O álcool também tem um impacto no aroma de um vinho, já que muitos compostos são muito mais solúveis em álcool do que água. Isso significa que, quanto maior o volume alcoólico, mais tempo os aromas do vinho tendem a permanecer na solução. Em outras palavras, quanto mais álcool, maior o limiar desses aromas.
O álcool também afeta o paladar, pois contribui com uma doçura sutil que atenua a adstringência e suaviza a percepção do ácido. Tal como acontece com a acidez, um pouco de álcool é perdido ao longo do envelhecimento. Isso ocorre principalmente por meio da esterificação, embora o efeito sobre o sabor seja insignificante.
Entramos no reino dos vinhos doces, alguns dos mais longevos do mundo. E uma das razões para sua vida longa seria o aumento da pressão osmótica (que inibe o crescimento microbiano) e a oxidação preferencial do açúcar. Dessa forma, o açúcar se comporta como o tanino dos tintos. A botrytis complica as coisas porque produz uma grande quantidade de enzimas oxidantes altamente eficientes, razão pela qual os vinhos geralmente requerem mais enxofre. Embora isso tenha implicações, a desvantagem é equilibrada pelo fato de que, por meio da secagem das uvas, a botrytis concentra não apenas açúcares, mas ácidos (principalmente málico e cítrico) e compostos fenólicos.
As leveduras liberam enzimas especiais, aumentam o corpo, previnem a formação de cristais, consomem oxigênio e promovem uma atmosfera redutora. E essa atmosfera redutora é crítica para o envelhecimento, pois ajuda a manter a oxidação sob controle, bem como a diminuir e adiar o escurecimento. De todas as enzimas liberadas pelas leveduras, as mais prevalentes são as redutases e as enzimas hidrolíticas. Esses compostos têm várias funções, mas seu efeito no aroma é o mais notável. As enzimas hidrolíticas aumentam a taxa de liberação das moléculas aromáticas e as redutases ajudam a mitigar cheiros potencialmente desagradáveis. As leveduras também aumentam o corpo do vinho, liberando ácidos graxos e certas proteínas na solução.

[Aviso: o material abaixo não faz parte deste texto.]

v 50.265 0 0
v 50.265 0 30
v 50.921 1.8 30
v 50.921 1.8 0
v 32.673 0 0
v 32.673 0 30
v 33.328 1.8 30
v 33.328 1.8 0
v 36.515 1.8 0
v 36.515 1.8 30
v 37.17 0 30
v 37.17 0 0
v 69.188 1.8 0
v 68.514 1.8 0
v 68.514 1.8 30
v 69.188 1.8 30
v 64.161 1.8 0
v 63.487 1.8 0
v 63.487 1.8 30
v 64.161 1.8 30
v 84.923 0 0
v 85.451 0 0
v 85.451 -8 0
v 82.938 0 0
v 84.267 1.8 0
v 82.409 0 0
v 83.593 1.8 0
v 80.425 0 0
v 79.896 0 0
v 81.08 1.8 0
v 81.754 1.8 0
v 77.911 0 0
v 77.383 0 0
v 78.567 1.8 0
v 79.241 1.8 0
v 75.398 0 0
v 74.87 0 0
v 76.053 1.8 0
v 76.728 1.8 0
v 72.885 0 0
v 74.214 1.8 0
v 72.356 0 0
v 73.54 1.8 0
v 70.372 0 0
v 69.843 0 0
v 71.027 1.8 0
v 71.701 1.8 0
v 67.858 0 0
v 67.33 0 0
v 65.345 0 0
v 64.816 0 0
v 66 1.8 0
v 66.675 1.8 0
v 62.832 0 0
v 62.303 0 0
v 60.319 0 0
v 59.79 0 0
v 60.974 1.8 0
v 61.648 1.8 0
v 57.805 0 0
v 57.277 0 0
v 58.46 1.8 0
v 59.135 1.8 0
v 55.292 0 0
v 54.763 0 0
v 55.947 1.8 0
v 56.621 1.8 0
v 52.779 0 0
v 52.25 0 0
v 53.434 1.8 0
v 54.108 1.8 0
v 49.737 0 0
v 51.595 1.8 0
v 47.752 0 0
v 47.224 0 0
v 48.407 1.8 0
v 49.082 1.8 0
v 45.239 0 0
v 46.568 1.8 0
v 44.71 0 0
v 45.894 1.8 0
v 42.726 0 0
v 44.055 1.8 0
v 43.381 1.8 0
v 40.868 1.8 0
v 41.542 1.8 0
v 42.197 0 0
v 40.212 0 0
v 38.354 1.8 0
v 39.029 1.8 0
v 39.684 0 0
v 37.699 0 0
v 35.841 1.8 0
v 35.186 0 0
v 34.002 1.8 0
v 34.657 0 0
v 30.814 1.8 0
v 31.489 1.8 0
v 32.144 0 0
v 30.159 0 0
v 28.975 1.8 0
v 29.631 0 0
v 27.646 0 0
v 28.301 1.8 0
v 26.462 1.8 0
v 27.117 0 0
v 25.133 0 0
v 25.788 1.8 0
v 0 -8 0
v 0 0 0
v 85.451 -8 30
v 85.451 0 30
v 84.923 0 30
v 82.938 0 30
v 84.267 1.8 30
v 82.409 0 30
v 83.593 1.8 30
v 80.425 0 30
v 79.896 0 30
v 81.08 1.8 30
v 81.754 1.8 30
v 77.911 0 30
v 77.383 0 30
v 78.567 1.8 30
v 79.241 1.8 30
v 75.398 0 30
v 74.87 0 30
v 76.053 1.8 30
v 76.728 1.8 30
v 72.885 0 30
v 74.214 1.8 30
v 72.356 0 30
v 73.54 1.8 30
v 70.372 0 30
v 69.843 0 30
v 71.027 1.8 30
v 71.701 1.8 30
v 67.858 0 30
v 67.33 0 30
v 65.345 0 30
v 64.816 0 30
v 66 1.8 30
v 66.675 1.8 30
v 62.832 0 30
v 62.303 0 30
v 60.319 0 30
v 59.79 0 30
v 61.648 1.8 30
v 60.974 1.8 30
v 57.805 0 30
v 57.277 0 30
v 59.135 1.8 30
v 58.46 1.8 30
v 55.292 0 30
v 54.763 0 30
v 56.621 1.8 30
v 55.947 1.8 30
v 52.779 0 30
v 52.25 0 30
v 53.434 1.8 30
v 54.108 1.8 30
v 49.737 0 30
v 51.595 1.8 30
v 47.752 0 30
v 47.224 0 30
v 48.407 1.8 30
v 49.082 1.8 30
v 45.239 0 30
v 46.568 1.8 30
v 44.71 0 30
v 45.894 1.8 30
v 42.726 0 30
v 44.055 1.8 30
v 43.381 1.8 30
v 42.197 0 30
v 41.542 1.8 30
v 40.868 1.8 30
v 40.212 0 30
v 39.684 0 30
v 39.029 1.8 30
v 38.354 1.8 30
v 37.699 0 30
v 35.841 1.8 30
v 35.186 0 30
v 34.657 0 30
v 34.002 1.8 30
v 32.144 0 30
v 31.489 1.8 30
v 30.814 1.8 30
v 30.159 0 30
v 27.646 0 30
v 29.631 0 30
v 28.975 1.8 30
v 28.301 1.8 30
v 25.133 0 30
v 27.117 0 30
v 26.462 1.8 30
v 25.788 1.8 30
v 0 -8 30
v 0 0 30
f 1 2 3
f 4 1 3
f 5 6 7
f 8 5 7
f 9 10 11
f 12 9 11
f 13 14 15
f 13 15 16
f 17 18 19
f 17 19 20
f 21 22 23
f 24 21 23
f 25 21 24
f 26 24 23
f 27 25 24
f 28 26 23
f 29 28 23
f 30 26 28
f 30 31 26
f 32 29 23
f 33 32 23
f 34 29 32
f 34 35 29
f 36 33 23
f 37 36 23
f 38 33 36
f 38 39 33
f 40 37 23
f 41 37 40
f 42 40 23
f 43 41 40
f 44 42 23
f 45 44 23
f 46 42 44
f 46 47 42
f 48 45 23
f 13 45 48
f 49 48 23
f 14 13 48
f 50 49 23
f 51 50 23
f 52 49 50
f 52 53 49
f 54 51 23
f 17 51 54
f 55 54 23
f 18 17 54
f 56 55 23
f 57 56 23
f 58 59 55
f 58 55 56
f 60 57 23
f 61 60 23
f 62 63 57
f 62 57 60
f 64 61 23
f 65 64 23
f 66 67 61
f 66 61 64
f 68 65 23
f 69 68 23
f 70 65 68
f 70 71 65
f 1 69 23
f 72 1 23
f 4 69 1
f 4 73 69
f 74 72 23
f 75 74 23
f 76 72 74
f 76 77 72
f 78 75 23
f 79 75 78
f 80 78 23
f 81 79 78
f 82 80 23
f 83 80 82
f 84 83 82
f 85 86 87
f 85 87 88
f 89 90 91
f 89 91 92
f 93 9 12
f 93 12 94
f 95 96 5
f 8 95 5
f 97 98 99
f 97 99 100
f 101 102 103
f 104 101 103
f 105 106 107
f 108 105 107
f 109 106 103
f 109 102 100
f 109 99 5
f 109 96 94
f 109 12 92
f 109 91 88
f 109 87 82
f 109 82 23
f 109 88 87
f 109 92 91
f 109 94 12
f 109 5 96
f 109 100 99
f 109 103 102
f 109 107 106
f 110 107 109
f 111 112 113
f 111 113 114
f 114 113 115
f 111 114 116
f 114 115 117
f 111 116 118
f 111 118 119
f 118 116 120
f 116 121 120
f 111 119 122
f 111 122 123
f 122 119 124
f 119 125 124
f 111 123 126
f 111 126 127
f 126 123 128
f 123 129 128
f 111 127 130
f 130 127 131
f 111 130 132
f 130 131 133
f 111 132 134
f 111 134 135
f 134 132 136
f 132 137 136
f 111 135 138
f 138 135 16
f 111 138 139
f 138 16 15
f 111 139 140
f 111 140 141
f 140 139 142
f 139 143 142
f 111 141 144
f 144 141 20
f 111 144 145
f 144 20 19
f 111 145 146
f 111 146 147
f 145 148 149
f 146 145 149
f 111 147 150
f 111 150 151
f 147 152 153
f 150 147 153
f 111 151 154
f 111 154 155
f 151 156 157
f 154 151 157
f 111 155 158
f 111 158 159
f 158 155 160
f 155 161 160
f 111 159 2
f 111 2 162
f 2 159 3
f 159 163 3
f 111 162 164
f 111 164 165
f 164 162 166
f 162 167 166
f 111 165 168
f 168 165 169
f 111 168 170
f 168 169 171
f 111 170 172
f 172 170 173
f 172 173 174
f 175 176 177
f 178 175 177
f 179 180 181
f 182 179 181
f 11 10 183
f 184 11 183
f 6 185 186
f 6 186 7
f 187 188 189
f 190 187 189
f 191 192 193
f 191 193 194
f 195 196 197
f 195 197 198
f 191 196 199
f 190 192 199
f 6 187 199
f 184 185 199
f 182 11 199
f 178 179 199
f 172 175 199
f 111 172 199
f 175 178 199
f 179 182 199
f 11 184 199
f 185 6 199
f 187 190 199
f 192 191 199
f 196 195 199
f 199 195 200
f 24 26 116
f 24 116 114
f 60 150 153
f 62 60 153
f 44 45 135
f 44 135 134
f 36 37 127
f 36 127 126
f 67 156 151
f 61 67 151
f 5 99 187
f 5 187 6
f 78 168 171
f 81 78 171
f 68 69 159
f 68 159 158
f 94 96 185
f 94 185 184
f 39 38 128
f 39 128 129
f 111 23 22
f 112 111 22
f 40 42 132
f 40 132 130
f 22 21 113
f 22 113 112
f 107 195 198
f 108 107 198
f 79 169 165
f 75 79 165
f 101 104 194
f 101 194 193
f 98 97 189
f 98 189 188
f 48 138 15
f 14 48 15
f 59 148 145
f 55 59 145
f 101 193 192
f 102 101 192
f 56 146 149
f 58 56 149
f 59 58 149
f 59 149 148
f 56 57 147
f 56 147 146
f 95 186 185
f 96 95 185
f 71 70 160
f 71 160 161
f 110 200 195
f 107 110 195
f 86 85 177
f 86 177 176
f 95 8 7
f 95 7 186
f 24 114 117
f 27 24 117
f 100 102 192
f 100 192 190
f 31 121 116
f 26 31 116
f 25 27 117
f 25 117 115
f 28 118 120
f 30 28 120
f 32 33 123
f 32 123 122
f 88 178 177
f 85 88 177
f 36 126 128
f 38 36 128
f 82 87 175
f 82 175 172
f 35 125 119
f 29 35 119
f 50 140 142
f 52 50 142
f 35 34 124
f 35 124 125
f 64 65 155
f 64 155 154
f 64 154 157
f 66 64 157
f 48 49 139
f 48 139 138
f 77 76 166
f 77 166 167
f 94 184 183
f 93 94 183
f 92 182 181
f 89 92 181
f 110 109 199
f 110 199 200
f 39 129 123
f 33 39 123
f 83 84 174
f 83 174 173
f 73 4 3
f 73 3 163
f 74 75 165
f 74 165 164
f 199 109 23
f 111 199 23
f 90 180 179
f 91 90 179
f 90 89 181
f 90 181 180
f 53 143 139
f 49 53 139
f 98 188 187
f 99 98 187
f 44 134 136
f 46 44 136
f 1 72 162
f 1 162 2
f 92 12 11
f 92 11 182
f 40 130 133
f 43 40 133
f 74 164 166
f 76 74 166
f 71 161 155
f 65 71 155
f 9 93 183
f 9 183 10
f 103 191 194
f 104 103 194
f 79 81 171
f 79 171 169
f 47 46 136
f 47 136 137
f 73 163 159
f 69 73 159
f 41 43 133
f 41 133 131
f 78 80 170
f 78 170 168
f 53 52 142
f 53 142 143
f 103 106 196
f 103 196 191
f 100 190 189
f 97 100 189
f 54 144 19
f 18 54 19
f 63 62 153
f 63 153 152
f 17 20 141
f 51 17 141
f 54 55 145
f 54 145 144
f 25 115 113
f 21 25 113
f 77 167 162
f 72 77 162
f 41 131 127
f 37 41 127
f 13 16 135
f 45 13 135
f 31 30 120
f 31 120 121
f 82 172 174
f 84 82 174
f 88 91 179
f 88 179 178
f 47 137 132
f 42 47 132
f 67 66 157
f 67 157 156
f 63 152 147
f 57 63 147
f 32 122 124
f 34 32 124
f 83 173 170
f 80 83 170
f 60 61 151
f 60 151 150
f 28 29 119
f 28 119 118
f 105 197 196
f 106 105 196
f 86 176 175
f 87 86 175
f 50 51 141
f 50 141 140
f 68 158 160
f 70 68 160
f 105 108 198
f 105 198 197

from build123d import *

# Parameters (mm, degrees)
SKETCH1_W           = 85.451320178
SKETCH1_H           = 8
EXTRUDE1_DEPTH      = 30
EXTRUDE2_DEPTH      = 30
LPATTERN1_COUNT     = 34
LPATTERN1_PITCH     = 2.513274123
SKETCH_1_W          = 24.951320178
SKETCH_1_H          = 8.70222752
CUT_EXTRUDE_1_DEPTH = 40


with BuildPart() as part:
    # Sketch1 → Extrude1 (new body)
    with BuildSketch(Plane.XY):
        with Locations((42.725660089, -4)):
            Rectangle(SKETCH1_W, SKETCH1_H)
    extrude(amount=EXTRUDE1_DEPTH)

    # Sketch2 → Extrude2 (add)
    with BuildSketch(Plane.XY.offset(30)):
        Polygon((0, 0), (0.655146422, 1.8), (1.329431108, 1.8), (1.98457753, 0), align=None)
    extrude2 = extrude(amount=-EXTRUDE2_DEPTH)

    # LPattern1: Extrude2 ×34
    with Locations(*[(i * LPATTERN1_PITCH, 0, 0) for i in range(1, LPATTERN1_COUNT)]):
        add(extrude2)

    # 草图1 → 切除-拉伸1 (cut)
    with BuildSketch(Plane.XY.offset(30)):
        with Locations((12.475660089, 4.35111376)):
            Rectangle(SKETCH_1_W, SKETCH_1_H)
    extrude(amount=-CUT_EXTRUDE_1_DEPTH, mode=Mode.SUBTRACT)


solid = part.part
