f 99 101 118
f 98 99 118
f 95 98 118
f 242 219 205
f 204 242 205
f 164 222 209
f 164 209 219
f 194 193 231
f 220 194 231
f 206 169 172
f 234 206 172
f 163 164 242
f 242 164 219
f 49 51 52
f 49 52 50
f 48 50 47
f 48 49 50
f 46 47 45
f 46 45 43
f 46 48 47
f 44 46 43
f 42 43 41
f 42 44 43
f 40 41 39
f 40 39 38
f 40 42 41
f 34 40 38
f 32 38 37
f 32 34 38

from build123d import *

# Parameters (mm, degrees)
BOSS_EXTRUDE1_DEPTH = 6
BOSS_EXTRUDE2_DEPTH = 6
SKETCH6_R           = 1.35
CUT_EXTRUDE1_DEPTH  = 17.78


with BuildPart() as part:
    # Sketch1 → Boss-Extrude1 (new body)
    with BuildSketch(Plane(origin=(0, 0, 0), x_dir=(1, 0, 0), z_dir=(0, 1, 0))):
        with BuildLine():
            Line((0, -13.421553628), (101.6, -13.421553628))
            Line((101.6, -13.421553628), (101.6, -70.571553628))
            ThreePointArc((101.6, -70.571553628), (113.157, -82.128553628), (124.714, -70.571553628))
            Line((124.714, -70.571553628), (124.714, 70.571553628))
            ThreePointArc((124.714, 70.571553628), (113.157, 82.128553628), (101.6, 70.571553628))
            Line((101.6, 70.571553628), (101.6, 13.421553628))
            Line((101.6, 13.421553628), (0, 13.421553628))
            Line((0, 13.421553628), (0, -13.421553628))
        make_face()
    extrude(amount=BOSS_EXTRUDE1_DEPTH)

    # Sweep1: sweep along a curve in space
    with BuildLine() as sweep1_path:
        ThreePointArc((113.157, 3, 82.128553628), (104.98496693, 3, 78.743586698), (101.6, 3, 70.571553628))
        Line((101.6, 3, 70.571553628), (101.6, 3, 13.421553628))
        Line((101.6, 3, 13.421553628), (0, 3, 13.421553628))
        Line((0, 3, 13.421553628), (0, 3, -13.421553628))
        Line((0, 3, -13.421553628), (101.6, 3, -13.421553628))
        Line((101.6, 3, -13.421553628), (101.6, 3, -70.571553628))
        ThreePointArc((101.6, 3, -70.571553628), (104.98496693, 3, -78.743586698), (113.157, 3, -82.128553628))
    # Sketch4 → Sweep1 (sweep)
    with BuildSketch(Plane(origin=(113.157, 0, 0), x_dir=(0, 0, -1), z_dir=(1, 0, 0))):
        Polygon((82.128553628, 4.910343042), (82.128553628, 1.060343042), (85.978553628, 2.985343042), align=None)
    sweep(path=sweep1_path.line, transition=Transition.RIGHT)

De todas as mudanças com o tempo em garrafa, a aromática é a mais complexa. Uma das primeiras coisas que acontecem com o aroma de um vinho à medida que envelhece é a perda dos aromas primários. Eles são compostos principalmente de tióis (toranja, maracujá), ésteres (flores brancas, frutas vermelhas) e terpenos (lichia, rosa), muitos dos quais são bastante sujeitos à oxidação ou hidrólise – outra forma de degradação. Curiosamente, as pirazinas (pimentão, erva) são relativamente estáveis, mesmo ao longo das décadas.
Alguns dos aromas associados ao envelhecimento da garrafa nem sempre são resultado de novos compostos que foram sintetizados com o tempo. Muitas vezes, eles já estavam presentes, mas mascarados por aromas mais poderosos. Também é provável que a mudança de equilíbrio das moléculas de aroma ao longo do tempo afete nossa percepção da textura de um vinho – conforme pesquisa da universidade de Davis citada anteriormente. Sendo assim, as mudanças nas proporções de compostos aromáticos podem estar por trás da tão famosa “fase muda” de um vinho, em que ele parece não cheirar a nada. Ou seja, isso pode ser uma lacuna no período evolutivo.